Tree Interview Patterns
Trees appear in nearly every software engineering interview. Mastering the core traversal patterns and recognizing which technique applies is the key skill.
Pattern 1: DFS Traversals
Three orderings — preorder (root, left, right), inorder (left, root, right), postorder (left, right, root).
def inorder(root):
if not root: return []
return inorder(root.left) + [root.val] + inorder(root.right)
# Iterative inorder (important for interviews):
def inorder_iter(root):
stack, result = [], []
cur = root
while cur or stack:
while cur:
stack.append(cur); cur = cur.left
cur = stack.pop()
result.append(cur.val)
cur = cur.right
return result
BST inorder produces a sorted sequence — used to validate BST, find kth smallest.
Pattern 2: BFS / Level Order
from collections import deque
def level_order(root):
if not root: return []
q, result = deque([root]), []
while q:
level = []
for _ in range(len(q)):
node = q.popleft()
level.append(node.val)
if node.left: q.append(node.left)
if node.right: q.append(node.right)
result.append(level)
return result
Use BFS for: level-order traversal, min depth, zigzag traversal, connect next pointers.
Pattern 3: Tree DP (Bottom-Up)
Many tree problems require computing a value at each node based on its children. Classic: Diameter of Binary Tree.
def diameter(root):
best = [0]
def height(node):
if not node: return 0
L, R = height(node.left), height(node.right)
best[0] = max(best[0], L + R) # path through this node
return 1 + max(L, R)
height(root)
return best[0]
Pattern: return something to parent (height/gain/value), update a global answer at each node. Used for: diameter, max path sum, camera placement, rob houses on tree.

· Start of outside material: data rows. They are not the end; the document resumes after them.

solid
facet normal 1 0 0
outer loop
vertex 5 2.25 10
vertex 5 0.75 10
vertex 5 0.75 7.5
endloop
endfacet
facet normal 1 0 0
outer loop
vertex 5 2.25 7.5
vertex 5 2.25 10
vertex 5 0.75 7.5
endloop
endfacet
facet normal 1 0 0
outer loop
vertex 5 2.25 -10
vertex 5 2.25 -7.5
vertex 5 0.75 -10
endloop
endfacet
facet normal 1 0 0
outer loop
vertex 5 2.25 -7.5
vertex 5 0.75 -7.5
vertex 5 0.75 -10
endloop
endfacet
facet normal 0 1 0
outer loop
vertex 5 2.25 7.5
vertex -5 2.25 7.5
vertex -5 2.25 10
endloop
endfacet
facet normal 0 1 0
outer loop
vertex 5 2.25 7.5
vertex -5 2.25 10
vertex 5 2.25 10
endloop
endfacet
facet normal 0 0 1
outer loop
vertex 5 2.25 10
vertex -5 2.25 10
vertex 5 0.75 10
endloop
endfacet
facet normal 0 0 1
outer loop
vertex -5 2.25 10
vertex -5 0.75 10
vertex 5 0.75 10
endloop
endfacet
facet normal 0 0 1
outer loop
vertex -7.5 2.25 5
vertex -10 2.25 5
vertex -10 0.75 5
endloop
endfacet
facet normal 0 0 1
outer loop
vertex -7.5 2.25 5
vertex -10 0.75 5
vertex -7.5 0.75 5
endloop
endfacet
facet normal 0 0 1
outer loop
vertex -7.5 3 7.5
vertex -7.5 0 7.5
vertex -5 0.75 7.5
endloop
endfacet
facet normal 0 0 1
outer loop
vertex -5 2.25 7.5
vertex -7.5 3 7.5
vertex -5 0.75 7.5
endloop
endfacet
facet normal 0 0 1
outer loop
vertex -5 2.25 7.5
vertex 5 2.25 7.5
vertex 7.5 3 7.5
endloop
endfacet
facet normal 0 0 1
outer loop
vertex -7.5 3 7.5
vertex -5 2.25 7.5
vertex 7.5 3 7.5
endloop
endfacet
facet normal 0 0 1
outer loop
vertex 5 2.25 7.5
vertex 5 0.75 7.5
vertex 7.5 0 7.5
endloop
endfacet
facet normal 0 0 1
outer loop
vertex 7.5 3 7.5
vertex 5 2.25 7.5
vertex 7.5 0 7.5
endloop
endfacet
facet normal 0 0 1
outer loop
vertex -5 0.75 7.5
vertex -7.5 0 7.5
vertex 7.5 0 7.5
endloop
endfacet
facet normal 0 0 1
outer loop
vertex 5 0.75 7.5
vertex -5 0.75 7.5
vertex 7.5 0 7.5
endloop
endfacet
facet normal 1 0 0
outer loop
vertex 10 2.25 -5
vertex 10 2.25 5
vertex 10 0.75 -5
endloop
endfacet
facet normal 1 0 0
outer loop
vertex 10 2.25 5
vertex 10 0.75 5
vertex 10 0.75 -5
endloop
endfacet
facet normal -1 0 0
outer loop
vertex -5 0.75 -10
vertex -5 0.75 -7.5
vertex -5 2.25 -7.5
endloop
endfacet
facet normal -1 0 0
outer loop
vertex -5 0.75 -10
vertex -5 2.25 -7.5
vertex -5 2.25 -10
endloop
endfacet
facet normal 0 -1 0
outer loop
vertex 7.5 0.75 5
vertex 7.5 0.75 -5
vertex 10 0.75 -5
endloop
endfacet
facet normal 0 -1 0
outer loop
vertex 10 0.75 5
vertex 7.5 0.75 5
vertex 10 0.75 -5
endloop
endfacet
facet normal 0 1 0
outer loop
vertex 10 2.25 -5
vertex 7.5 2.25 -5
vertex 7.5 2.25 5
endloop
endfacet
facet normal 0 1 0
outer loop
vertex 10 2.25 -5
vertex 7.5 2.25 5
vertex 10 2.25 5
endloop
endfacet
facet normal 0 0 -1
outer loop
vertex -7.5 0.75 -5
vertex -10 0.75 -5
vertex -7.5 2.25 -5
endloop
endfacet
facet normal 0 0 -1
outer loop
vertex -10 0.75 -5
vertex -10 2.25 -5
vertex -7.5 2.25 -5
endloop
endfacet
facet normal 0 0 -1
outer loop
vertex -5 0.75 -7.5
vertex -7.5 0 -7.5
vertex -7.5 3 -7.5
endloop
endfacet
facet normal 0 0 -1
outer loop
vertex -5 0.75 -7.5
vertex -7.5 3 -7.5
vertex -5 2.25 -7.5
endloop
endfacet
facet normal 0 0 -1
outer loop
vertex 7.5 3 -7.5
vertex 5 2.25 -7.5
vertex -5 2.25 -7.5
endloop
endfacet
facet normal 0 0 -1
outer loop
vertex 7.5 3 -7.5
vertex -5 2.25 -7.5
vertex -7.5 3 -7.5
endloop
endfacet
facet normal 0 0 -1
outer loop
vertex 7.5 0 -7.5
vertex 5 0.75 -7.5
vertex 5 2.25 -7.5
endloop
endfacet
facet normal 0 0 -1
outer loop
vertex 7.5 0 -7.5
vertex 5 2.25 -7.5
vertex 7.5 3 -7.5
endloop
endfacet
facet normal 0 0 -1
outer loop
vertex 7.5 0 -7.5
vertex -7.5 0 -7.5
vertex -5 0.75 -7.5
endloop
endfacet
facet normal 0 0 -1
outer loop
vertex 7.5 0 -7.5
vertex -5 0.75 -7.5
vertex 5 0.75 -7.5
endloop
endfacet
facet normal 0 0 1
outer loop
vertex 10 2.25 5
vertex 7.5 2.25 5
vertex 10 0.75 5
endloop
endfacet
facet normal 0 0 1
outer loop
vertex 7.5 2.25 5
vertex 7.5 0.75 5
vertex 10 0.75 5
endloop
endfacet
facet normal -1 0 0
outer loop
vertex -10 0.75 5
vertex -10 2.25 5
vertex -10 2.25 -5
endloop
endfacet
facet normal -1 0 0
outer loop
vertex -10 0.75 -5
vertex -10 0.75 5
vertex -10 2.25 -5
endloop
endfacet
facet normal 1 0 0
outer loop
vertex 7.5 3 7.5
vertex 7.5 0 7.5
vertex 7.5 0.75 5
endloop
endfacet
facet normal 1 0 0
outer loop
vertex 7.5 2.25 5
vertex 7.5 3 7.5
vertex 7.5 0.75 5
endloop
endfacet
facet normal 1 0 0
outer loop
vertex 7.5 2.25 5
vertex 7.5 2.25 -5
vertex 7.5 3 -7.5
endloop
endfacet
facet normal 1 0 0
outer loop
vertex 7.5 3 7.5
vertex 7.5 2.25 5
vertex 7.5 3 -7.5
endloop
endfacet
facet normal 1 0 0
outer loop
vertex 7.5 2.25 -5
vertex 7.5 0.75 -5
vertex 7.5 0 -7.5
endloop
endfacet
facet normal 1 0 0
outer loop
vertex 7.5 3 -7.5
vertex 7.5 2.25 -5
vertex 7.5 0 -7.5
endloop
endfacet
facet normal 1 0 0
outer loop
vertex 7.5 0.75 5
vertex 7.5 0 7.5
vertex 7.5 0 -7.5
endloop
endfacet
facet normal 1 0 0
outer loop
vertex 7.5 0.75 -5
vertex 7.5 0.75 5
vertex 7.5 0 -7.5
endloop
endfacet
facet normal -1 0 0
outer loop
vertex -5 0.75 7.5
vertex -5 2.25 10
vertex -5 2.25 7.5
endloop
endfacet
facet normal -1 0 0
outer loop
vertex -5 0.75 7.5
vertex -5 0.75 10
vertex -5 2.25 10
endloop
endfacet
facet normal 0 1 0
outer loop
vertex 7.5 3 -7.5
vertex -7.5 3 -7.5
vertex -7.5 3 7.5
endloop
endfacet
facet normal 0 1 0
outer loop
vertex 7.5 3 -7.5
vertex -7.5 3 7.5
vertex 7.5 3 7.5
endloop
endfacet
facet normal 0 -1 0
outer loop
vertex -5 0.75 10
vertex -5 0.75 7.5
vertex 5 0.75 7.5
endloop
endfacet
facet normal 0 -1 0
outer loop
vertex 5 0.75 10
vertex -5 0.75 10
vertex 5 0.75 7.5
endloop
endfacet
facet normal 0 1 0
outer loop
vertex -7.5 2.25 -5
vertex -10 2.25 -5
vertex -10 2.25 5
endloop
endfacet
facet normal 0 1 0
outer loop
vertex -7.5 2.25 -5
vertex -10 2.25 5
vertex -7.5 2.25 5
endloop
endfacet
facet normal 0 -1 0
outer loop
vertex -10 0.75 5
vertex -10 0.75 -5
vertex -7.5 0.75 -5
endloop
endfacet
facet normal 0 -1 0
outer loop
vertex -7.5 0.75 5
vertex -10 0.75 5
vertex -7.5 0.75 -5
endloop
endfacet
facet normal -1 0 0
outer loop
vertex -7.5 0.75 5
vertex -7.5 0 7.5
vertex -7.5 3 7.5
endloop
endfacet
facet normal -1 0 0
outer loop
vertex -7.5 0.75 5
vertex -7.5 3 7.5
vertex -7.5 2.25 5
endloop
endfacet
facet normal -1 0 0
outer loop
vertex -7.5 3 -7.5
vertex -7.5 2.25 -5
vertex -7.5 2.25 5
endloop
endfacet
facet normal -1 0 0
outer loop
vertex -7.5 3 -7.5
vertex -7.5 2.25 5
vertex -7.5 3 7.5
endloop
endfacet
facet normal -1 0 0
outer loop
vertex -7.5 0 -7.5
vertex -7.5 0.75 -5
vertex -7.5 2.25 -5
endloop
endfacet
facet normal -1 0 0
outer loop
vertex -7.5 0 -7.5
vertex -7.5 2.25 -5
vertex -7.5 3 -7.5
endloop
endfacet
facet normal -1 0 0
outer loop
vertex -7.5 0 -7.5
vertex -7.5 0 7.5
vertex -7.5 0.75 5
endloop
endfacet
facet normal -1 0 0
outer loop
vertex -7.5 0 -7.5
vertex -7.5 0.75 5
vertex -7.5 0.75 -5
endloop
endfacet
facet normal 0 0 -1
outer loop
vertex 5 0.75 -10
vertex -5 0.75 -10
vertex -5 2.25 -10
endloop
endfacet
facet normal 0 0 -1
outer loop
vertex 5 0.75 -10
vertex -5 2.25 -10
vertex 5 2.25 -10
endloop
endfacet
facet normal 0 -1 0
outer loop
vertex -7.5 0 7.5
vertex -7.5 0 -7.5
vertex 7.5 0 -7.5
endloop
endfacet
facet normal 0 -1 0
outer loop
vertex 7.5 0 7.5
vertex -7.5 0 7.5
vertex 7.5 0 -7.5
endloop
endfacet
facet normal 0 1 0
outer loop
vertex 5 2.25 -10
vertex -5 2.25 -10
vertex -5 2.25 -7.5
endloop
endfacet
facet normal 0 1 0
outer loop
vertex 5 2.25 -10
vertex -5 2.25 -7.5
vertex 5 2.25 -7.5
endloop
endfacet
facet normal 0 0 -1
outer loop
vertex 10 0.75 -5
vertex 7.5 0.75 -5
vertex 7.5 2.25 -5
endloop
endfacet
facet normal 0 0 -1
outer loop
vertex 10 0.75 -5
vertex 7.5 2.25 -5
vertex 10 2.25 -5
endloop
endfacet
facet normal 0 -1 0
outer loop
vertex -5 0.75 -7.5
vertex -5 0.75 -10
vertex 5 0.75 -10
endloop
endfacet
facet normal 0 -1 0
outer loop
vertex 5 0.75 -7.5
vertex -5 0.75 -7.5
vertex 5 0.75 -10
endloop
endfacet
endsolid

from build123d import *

# Parameters (mm, degrees)
SKETCH1_W                = 15
SKETCH1_H                = 15
BOSS_EXTRUDE2_DEPTH      = 3
SKETCH4_W                = 2.5
SKETCH4_H                = 10
SKETCH4_W_2              = 10
SKETCH4_H_2              = 2.5
BOSS_EXTRUDE3_DEPTH      = 0.75
BOSS_EXTRUDE3_DEPTH_BACK = 0.75


with BuildPart() as part:
    # Sketch1 → Boss-Extrude2 (new body)
    with BuildSketch(Plane(origin=(0, 0, 0), x_dir=(1, 0, 0), z_dir=(0, 1, 0))):
        Rectangle(SKETCH1_W, SKETCH1_H)
    extrude(amount=BOSS_EXTRUDE2_DEPTH)

    # Sketch4 → Boss-Extrude3 (add, two sides)
    with BuildSketch(Plane(origin=(0, 1.5, 0), x_dir=(1, 0, 0), z_dir=(0, 1, 0))) as boss_extrude3_sk:
        with Locations((-8.75, 0)):
            Rectangle(SKETCH4_W, SKETCH4_H)
        with Locations((0, -8.75)):
            Rectangle(SKETCH4_W_2, SKETCH4_H_2)
        with Locations((8.75, 0)):
            Rectangle(SKETCH4_W, SKETCH4_H)
        with Locations((0, 8.75)):
            Rectangle(SKETCH4_W_2, SKETCH4_H_2)
    extrude(amount=BOSS_EXTRUDE3_DEPTH)
    extrude(boss_extrude3_sk.sketch, amount=-BOSS_EXTRUDE3_DEPTH_BACK)


solid = part.part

Pattern 4: Lowest Common Ancestor (LCA)
def lca(root, p, q):
if not root or root == p or root == q: return root
left = lca(root.left, p, q)
right = lca(root.right, p, q)
if left and right: return root # p and q on different sides
return left or right
For BST: if both p,q < root go left; if both > root go right; else root is LCA. O(log N) for balanced BST.
Pattern 5: BST Operations
- Search: O(h) — go left if val < root, right if val > root
- Insert: same as search until null, then create node
- Delete: (1) leaf: just remove; (2) one child: replace with child; (3) two children: replace with inorder successor (leftmost node in right subtree)

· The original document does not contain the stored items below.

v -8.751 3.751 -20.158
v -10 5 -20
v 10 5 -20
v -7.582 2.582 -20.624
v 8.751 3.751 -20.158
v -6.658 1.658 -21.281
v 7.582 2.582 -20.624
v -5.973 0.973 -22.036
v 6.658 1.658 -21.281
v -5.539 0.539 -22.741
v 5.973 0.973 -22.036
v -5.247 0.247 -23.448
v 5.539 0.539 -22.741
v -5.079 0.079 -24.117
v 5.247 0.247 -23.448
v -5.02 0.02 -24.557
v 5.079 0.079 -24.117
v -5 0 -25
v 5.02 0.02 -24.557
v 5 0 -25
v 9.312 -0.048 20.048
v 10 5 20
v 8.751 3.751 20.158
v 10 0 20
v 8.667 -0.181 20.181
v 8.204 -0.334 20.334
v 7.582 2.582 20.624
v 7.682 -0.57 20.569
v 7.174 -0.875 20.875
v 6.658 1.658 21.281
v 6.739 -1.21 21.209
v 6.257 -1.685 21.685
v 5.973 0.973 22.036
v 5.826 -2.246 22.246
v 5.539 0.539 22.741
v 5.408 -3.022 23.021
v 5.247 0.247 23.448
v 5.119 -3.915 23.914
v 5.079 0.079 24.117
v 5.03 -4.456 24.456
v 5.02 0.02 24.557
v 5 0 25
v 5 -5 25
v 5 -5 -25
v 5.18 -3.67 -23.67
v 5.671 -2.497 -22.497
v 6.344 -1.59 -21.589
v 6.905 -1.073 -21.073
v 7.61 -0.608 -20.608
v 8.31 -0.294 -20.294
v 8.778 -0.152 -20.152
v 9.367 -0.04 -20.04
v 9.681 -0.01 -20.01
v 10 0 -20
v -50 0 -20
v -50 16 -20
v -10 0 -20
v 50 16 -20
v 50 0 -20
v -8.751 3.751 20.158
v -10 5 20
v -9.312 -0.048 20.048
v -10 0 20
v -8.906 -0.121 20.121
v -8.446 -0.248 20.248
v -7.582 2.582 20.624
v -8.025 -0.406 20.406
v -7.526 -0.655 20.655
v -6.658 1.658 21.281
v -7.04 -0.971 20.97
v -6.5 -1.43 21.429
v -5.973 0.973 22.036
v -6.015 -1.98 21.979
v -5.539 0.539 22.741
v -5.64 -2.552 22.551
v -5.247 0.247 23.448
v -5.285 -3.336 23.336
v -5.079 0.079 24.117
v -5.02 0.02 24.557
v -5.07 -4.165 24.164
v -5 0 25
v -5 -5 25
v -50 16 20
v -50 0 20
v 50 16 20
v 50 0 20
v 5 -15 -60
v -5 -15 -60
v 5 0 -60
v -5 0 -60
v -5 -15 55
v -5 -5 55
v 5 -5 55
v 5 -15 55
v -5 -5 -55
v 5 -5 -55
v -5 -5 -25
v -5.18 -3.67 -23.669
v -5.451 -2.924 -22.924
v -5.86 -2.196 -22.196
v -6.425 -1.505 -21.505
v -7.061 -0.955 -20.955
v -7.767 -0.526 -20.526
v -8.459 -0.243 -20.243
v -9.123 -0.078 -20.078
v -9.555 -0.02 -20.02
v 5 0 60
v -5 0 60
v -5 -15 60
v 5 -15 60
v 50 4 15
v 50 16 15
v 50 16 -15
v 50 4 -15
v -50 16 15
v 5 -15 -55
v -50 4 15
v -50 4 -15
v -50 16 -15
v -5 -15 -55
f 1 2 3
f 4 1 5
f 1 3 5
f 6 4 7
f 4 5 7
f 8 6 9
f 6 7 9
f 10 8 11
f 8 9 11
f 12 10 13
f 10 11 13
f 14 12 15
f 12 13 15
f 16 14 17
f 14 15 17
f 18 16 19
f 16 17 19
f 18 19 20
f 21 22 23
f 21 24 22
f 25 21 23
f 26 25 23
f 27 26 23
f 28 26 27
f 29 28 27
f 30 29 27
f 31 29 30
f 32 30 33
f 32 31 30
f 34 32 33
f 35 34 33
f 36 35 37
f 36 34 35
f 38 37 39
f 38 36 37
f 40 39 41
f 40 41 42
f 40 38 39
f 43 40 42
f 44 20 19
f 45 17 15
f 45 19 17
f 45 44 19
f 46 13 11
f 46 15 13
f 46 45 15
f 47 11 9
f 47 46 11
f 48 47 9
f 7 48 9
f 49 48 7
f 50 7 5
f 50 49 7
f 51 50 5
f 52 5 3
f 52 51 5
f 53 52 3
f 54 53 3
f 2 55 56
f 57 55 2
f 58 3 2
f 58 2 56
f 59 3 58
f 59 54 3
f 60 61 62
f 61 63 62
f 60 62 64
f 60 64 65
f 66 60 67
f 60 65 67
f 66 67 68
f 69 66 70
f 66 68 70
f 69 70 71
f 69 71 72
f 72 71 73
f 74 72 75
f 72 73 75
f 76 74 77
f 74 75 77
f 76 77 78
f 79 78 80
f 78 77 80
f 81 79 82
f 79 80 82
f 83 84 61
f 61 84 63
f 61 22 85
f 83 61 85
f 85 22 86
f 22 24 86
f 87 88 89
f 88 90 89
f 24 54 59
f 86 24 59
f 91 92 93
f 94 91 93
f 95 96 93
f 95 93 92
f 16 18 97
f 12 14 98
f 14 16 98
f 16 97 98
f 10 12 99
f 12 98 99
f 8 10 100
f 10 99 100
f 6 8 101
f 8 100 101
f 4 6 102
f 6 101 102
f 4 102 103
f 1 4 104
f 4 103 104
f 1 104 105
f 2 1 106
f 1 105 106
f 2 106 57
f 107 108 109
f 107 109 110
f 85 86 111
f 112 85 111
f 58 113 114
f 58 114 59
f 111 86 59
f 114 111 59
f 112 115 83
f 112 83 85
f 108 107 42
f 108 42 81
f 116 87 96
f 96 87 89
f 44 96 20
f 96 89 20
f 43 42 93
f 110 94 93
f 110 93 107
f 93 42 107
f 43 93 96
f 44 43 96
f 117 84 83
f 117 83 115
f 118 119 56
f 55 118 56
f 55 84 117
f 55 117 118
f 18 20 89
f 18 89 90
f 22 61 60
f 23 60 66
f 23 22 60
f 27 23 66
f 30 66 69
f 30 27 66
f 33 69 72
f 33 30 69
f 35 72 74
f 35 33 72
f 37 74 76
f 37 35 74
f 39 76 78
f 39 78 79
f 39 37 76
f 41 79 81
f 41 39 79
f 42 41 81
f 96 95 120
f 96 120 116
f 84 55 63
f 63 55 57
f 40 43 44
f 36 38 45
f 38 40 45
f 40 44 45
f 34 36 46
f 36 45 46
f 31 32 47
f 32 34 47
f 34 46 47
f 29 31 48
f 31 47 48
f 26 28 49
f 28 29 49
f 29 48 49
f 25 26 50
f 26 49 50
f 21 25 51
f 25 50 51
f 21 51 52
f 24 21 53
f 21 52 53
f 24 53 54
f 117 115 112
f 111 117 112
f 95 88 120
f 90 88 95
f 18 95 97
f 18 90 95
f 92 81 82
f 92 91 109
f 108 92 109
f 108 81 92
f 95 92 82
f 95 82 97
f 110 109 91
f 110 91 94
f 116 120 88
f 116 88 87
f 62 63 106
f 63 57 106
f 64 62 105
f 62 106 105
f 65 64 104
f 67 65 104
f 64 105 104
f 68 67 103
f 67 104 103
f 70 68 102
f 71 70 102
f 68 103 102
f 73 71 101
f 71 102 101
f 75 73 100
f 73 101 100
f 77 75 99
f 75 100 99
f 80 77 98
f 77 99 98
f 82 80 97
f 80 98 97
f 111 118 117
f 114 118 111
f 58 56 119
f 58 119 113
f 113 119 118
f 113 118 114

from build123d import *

# Parameters (mm, degrees)
SKETCH1_W           = 100
SKETCH1_H           = 40
BOSS_EXTRUDE2_DEPTH = 16
SKETCH3_W           = 100
SKETCH3_H           = 30
CUT_EXTRUDE1_DEPTH  = 12
SKETCH4_W           = 10
SKETCH4_H           = 120
BOSS_EXTRUDE3_DEPTH = 5
SKETCH5_W           = 10
SKETCH5_H           = 5
BOSS_EXTRUDE4_DEPTH = 10
SKETCH6_W           = 10
SKETCH6_H           = 5
BOSS_EXTRUDE5_DEPTH = 10
FILLET1_R           = 5
FILLET2_R           = 5
FILLET3_R           = 5


with BuildPart() as part:
    # Sketch1 → Boss-Extrude2 (new body)
    with BuildSketch(Plane(origin=(0, 0, 0), x_dir=(1, 0, 0), z_dir=(0, 1, 0))):
        Rectangle(SKETCH1_W, SKETCH1_H)
    extrude(amount=BOSS_EXTRUDE2_DEPTH)

    # Sketch3 → Cut-Extrude1 (cut)
    with BuildSketch(Plane(origin=(0, 16, 0), x_dir=(1, 0, 0), z_dir=(0, 1, 0))):
        Rectangle(SKETCH3_W, SKETCH3_H)
    extrude(amount=-CUT_EXTRUDE1_DEPTH, mode=Mode.SUBTRACT)

    # Sketch4 → Boss-Extrude3 (add)
    with BuildSketch(Plane(origin=(0, 0, 0), x_dir=(-1, 0, 0), z_dir=(0, -1, 0))):
        Rectangle(SKETCH4_W, SKETCH4_H)
    extrude(amount=BOSS_EXTRUDE3_DEPTH)

    # Sketch5 → Boss-Extrude4 (add)
    with BuildSketch(Plane.XZ.offset(5)):
        with Locations((0, 57.5)):
            Rectangle(SKETCH5_W, SKETCH5_H)
    extrude(amount=BOSS_EXTRUDE4_DEPTH)

    # Sketch6 → Boss-Extrude5 (add)
    with BuildSketch(Plane.XZ.offset(5)):
        with Locations((0, -57.5)):
            Rectangle(SKETCH6_W, SKETCH6_H)
    extrude(amount=BOSS_EXTRUDE5_DEPTH)

    # Fillet1
    fillet1_edges = [part.edges().sort_by_distance(p)[0] for p in [
        (5, 0, 0),
    ]]
    fillet(fillet1_edges, radius=FILLET1_R - 0.0001)  # a hair under: the kernel refuses the full size

    # Fillet2
    fillet2_edges = [part.edges().sort_by_distance(p)[0] for p in [
        (-5, 0, 0),
    ]]
    fillet(fillet2_edges, radius=FILLET2_R - 0.0001)  # a hair under: the kernel refuses the full size

    # Fillet3
    fillet3_edges = [part.edges().sort_by_distance(p)[0] for p in [
        (0, 0, 20),
        (0, 0, -20),
        (-5, -2.49995, -20),
        (-5, -2.49995, 20),
        (5, -2.49995, 20),
        (5, -2.49995, -20),
    ]]
    fillet(fillet3_edges, radius=FILLET3_R - 0.0004)  # a hair under: the kernel refuses the full size


solid = part.part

- Validate BST: pass min/max bounds down. At each node: val must be in (min, max). Left subtree max = current val; right subtree min = current val.
Pattern 6: Serialize / Deserialize
def serialize(root):
if not root: return 'N,'
return str(root.val) + ',' + serialize(root.left) + serialize(root.right)
def deserialize(data):
vals = iter(data.split(','))
def build():
v = next(vals)
if v == 'N': return None
node = TreeNode(int(v))
node.left, node.right = build(), build()
return node
return build()
Pattern 7: Path Problems
- Path sum: DFS with remaining target; return True when leaf reached with target=0
- All root-to-leaf paths: DFS with current path list; copy at leaf
- Max path sum: Tree DP — at each node, max gain from left/right subtrees (take max with 0 to skip negative branches)
Interview Tips
- Always handle the null base case first.
- Recursive DFS is clean for tree DP; iterative is needed if stack overflow is a concern (N=10^5).
- For BST problems, use the sorted inorder property as the primary insight.
- When the answer spans across two subtrees, track a global variable updated at each node.